## TASK TO COMPLETE
Repeat the stretch of entries below from the line with "#13=CARTESIAN_POINT('',(3.,1.575,0.));" through the line with "#23=ORIENTED_EDGE('',*,*,#22,.F.);". Include both ends and add nothing.

==== DATA FOR THIS EXERCISE

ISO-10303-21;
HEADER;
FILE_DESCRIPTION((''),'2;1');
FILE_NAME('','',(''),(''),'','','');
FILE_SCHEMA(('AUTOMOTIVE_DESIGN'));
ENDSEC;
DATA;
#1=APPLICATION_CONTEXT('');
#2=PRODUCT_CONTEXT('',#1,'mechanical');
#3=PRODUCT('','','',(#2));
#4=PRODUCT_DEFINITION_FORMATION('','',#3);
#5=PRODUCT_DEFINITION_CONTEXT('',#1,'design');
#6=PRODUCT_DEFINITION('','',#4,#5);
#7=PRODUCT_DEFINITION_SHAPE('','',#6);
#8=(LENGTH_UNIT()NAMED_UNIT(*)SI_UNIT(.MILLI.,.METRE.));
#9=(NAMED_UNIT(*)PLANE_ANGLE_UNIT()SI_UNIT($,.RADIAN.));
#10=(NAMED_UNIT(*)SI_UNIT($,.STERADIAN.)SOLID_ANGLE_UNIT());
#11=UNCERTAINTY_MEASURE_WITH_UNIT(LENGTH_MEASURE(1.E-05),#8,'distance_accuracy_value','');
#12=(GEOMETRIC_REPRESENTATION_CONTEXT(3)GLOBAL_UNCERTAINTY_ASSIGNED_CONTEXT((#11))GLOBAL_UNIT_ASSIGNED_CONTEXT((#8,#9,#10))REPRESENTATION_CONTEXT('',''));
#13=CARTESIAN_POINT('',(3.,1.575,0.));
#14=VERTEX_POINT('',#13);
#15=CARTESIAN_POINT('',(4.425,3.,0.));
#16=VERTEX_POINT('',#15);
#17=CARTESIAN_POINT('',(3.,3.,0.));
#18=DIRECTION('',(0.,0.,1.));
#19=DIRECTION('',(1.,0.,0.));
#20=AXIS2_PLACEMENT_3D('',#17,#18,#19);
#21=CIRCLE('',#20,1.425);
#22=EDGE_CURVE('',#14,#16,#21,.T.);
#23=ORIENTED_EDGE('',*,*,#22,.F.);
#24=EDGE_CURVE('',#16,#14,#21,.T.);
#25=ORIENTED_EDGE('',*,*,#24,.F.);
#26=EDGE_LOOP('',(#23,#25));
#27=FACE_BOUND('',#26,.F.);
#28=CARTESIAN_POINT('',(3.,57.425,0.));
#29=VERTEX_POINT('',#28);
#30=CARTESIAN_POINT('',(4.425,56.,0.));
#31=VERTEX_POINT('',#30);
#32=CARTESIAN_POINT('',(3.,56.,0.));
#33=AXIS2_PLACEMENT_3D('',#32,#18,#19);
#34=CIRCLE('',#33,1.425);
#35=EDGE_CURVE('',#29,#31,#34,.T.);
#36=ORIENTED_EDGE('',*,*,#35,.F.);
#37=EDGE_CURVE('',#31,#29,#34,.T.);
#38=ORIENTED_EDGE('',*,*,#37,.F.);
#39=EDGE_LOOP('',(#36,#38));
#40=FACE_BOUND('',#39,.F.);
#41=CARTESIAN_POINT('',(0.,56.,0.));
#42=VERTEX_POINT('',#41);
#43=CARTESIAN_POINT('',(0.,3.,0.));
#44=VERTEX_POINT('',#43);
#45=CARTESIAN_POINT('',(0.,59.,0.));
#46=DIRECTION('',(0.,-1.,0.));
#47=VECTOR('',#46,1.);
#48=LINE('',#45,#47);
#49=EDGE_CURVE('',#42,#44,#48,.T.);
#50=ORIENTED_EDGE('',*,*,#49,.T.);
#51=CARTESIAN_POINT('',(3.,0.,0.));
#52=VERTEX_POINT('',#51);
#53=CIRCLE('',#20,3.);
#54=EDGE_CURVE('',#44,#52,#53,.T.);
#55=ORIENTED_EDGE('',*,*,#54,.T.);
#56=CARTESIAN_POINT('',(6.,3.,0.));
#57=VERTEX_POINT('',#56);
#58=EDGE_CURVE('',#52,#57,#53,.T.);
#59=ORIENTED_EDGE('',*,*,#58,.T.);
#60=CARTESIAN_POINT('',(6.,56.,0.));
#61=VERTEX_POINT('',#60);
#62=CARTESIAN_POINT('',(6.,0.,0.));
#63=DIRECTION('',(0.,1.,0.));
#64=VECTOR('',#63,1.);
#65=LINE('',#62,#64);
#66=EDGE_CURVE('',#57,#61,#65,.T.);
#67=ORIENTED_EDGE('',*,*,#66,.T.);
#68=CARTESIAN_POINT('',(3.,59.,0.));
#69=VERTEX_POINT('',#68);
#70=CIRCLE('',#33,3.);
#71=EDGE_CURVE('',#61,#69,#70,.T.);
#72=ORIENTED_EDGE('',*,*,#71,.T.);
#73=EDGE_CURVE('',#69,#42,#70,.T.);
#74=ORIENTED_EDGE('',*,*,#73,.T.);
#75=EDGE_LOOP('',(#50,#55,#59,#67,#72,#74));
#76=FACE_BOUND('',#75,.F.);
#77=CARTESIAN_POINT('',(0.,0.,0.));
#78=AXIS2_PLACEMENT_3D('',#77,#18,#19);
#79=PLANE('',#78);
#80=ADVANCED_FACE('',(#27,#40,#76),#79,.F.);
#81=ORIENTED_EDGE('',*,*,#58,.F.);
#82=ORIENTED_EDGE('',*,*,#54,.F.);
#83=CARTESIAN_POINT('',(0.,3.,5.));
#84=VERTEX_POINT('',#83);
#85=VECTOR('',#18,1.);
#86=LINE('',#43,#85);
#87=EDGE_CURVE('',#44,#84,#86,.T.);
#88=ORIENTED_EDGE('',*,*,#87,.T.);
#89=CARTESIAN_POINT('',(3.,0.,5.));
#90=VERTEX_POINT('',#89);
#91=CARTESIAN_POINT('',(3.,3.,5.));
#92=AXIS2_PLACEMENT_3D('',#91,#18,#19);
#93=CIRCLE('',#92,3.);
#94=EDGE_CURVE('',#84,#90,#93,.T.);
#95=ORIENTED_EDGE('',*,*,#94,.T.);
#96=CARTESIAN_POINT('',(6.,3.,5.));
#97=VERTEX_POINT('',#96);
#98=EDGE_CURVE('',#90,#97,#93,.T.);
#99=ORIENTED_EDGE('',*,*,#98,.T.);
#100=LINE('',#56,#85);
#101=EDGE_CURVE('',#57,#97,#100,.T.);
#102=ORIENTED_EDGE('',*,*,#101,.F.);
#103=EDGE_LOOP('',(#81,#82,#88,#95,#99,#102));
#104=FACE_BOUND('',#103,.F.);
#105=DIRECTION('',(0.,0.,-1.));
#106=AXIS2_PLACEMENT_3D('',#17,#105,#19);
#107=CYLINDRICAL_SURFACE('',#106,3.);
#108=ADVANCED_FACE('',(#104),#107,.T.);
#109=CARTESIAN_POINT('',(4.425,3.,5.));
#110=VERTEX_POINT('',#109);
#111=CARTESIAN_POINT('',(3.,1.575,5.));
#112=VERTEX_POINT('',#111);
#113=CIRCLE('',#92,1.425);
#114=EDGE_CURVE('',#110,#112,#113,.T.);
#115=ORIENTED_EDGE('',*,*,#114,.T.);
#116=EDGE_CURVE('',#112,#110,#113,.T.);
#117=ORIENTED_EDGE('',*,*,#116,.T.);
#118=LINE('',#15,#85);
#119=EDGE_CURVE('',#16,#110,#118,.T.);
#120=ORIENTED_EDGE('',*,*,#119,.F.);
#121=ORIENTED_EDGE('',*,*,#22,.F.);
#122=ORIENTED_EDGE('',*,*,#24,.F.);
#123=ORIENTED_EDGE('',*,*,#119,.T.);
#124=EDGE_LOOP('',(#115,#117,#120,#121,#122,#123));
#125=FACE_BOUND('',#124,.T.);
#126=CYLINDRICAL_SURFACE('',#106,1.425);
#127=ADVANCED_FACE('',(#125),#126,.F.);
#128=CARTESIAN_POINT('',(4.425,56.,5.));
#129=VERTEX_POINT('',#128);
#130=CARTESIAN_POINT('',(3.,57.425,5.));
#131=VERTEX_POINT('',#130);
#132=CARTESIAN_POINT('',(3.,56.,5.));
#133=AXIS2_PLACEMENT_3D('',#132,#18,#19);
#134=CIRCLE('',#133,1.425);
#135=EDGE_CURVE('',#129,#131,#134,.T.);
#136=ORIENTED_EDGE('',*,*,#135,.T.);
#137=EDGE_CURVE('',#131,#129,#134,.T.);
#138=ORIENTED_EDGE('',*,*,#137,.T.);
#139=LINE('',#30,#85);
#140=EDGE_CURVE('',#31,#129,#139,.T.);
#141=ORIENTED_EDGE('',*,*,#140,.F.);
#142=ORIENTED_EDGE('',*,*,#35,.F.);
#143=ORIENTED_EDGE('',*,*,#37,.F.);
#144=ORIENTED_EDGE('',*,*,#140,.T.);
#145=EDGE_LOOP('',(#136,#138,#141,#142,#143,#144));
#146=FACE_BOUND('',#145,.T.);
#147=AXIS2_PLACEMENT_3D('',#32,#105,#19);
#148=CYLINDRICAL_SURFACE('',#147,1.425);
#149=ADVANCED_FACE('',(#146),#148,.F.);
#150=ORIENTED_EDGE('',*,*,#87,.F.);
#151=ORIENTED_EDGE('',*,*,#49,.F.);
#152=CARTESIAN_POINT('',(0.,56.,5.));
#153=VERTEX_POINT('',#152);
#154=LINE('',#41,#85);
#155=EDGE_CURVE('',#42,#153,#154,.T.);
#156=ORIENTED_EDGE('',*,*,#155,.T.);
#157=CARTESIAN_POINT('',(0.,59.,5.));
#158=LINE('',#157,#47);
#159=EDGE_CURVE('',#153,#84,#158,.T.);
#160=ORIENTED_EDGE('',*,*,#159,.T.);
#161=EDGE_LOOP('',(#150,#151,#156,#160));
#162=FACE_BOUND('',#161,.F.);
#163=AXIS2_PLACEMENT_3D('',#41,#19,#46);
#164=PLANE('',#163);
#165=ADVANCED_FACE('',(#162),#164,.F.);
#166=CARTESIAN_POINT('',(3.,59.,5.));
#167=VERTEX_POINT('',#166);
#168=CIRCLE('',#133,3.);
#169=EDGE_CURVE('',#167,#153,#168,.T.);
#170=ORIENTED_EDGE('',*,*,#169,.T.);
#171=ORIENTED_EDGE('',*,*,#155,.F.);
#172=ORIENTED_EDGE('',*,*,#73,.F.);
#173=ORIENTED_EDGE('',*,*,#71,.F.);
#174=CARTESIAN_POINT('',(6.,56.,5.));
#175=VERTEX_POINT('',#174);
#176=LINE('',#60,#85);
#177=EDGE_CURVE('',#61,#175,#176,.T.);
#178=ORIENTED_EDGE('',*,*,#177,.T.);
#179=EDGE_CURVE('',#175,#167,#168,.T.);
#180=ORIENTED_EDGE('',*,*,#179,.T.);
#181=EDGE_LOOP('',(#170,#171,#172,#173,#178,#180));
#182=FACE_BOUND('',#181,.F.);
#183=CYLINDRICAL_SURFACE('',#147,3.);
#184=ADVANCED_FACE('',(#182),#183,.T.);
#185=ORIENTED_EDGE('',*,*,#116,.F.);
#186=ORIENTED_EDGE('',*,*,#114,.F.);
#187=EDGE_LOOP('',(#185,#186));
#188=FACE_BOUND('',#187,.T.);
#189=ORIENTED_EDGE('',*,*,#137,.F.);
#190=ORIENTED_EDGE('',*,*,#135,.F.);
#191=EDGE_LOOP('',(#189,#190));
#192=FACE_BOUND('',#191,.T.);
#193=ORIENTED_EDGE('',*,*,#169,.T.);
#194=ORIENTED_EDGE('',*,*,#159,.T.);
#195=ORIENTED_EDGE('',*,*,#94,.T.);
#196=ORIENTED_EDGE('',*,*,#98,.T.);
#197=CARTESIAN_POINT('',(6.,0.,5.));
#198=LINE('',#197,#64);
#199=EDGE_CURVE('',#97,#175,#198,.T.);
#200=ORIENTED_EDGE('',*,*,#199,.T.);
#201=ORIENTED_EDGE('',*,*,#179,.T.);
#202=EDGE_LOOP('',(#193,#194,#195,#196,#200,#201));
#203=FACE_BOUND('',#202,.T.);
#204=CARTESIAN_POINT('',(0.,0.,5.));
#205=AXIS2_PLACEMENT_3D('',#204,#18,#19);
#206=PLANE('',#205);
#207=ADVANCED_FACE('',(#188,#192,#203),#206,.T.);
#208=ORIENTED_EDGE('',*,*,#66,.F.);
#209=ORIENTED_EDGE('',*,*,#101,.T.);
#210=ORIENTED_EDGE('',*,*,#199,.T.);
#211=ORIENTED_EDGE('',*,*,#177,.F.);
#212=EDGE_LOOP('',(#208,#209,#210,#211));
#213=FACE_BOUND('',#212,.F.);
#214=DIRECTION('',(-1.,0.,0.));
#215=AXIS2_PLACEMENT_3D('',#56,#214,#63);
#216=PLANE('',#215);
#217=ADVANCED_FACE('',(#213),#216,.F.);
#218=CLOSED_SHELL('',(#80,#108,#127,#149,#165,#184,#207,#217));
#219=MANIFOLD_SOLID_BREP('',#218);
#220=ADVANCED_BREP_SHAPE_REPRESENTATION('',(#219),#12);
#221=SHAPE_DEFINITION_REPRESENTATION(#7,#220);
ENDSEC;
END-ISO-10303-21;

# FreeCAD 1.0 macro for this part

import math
import FreeCAD as App
import Part
import Sketcher
from FreeCAD import Vector

doc = App.newDocument("Part")
params = doc.addObject("Spreadsheet::Sheet", "Params")
for row, (alias, value) in enumerate([
    ("sketch1_radius", "3 mm"),
    ("sketch1_diameter", "2.85 mm"),
    ("pad1_length", "5 mm"),
], start=1):
    params.set(f"A{row}", alias)
    params.set(f"B{row}", "=" + value)
    params.setAlias(f"B{row}", alias)

body = doc.addObject("PartDesign::Body", "Body")

sketch1 = body.newObject("Sketcher::SketchObject", "Sketch")
sketch1.AttachmentSupport = (doc.getObject("XY_Plane"), [""])
sketch1.MapMode = "FlatFace"
sketch1.addGeometry([
    Part.ArcOfCircle(Part.Circle(Vector(3, 3, 0), Vector(0, 0, 1), 3), math.radians(180), math.radians(270)),
    Part.ArcOfCircle(Part.Circle(Vector(3, 3, 0), Vector(0, 0, 1), 3), math.radians(-90), math.radians(0)),
    Part.LineSegment(Vector(6, 3, 0), Vector(6, 56, 0)),
    Part.ArcOfCircle(Part.Circle(Vector(3, 56, 0), Vector(0, 0, 1), 3), math.radians(0), math.radians(90)),
    Part.ArcOfCircle(Part.Circle(Vector(3, 56, 0), Vector(0, 0, 1), 3), math.radians(90), math.radians(180)),
    Part.LineSegment(Vector(0, 56, 0), Vector(0, 3, 0)),
    Part.Circle(Vector(3, 3, 0), Vector(0, 0, 1), 1.4),
    Part.Circle(Vector(3, 56, 0), Vector(0, 0, 1), 1.4),
], False)
sketch1.addConstraint([
    Sketcher.Constraint("Tangent", 0, 2, 1, 1),
    Sketcher.Constraint("Tangent", 1, 2, 2, 1),
    Sketcher.Constraint("Tangent", 2, 2, 3, 1),
    Sketcher.Constraint("Tangent", 3, 2, 4, 1),
    Sketcher.Constraint("Tangent", 4, 2, 5, 1),
    Sketcher.Constraint("Tangent", 5, 2, 0, 1),
    Sketcher.Constraint("Vertical", 2),
    Sketcher.Constraint("Vertical", 5),
    Sketcher.Constraint("Coincident", 6, 3, 0, 3),
    Sketcher.Constraint("Coincident", 7, 3, 3, 3),
    Sketcher.Constraint("Equal", 0, 1),
    Sketcher.Constraint("Equal", 1, 3),
    Sketcher.Constraint("Equal", 6, 7),
    Sketcher.Constraint("PointOnObject", 0, 2, -1),
    Sketcher.Constraint("PointOnObject", 4, 2, -2),
    Sketcher.Constraint("Vertical", 7, 3, 0, 2),
    Sketcher.Constraint("Vertical", 0, 2, 3, 2),
    Sketcher.Constraint("Radius", 0, 3.0),
    Sketcher.Constraint("Diameter", 6, 2.85),
    Sketcher.Constraint("DistanceY", -1, 1, 3, 2, 59.0),
])
sketch1.setExpression("Constraints[17]", "Params.sketch1_radius")
sketch1.setExpression("Constraints[18]", "Params.sketch1_diameter")
pad1 = body.newObject("PartDesign::Pad", "Pad")
pad1.Profile = sketch1
pad1.setExpression("Length", "Params.pad1_length")

doc.recompute()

========

## SOLUTION BELOW
#13=CARTESIAN_POINT('',(3.,1.575,0.));
#14=VERTEX_POINT('',#13);
#15=CARTESIAN_POINT('',(4.425,3.,0.));
#16=VERTEX_POINT('',#15);
#17=CARTESIAN_POINT('',(3.,3.,0.));
#18=DIRECTION('',(0.,0.,1.));
#19=DIRECTION('',(1.,0.,0.));
#20=AXIS2_PLACEMENT_3D('',#17,#18,#19);
#21=CIRCLE('',#20,1.425);
#22=EDGE_CURVE('',#14,#16,#21,.T.);
#23=ORIENTED_EDGE('',*,*,#22,.F.);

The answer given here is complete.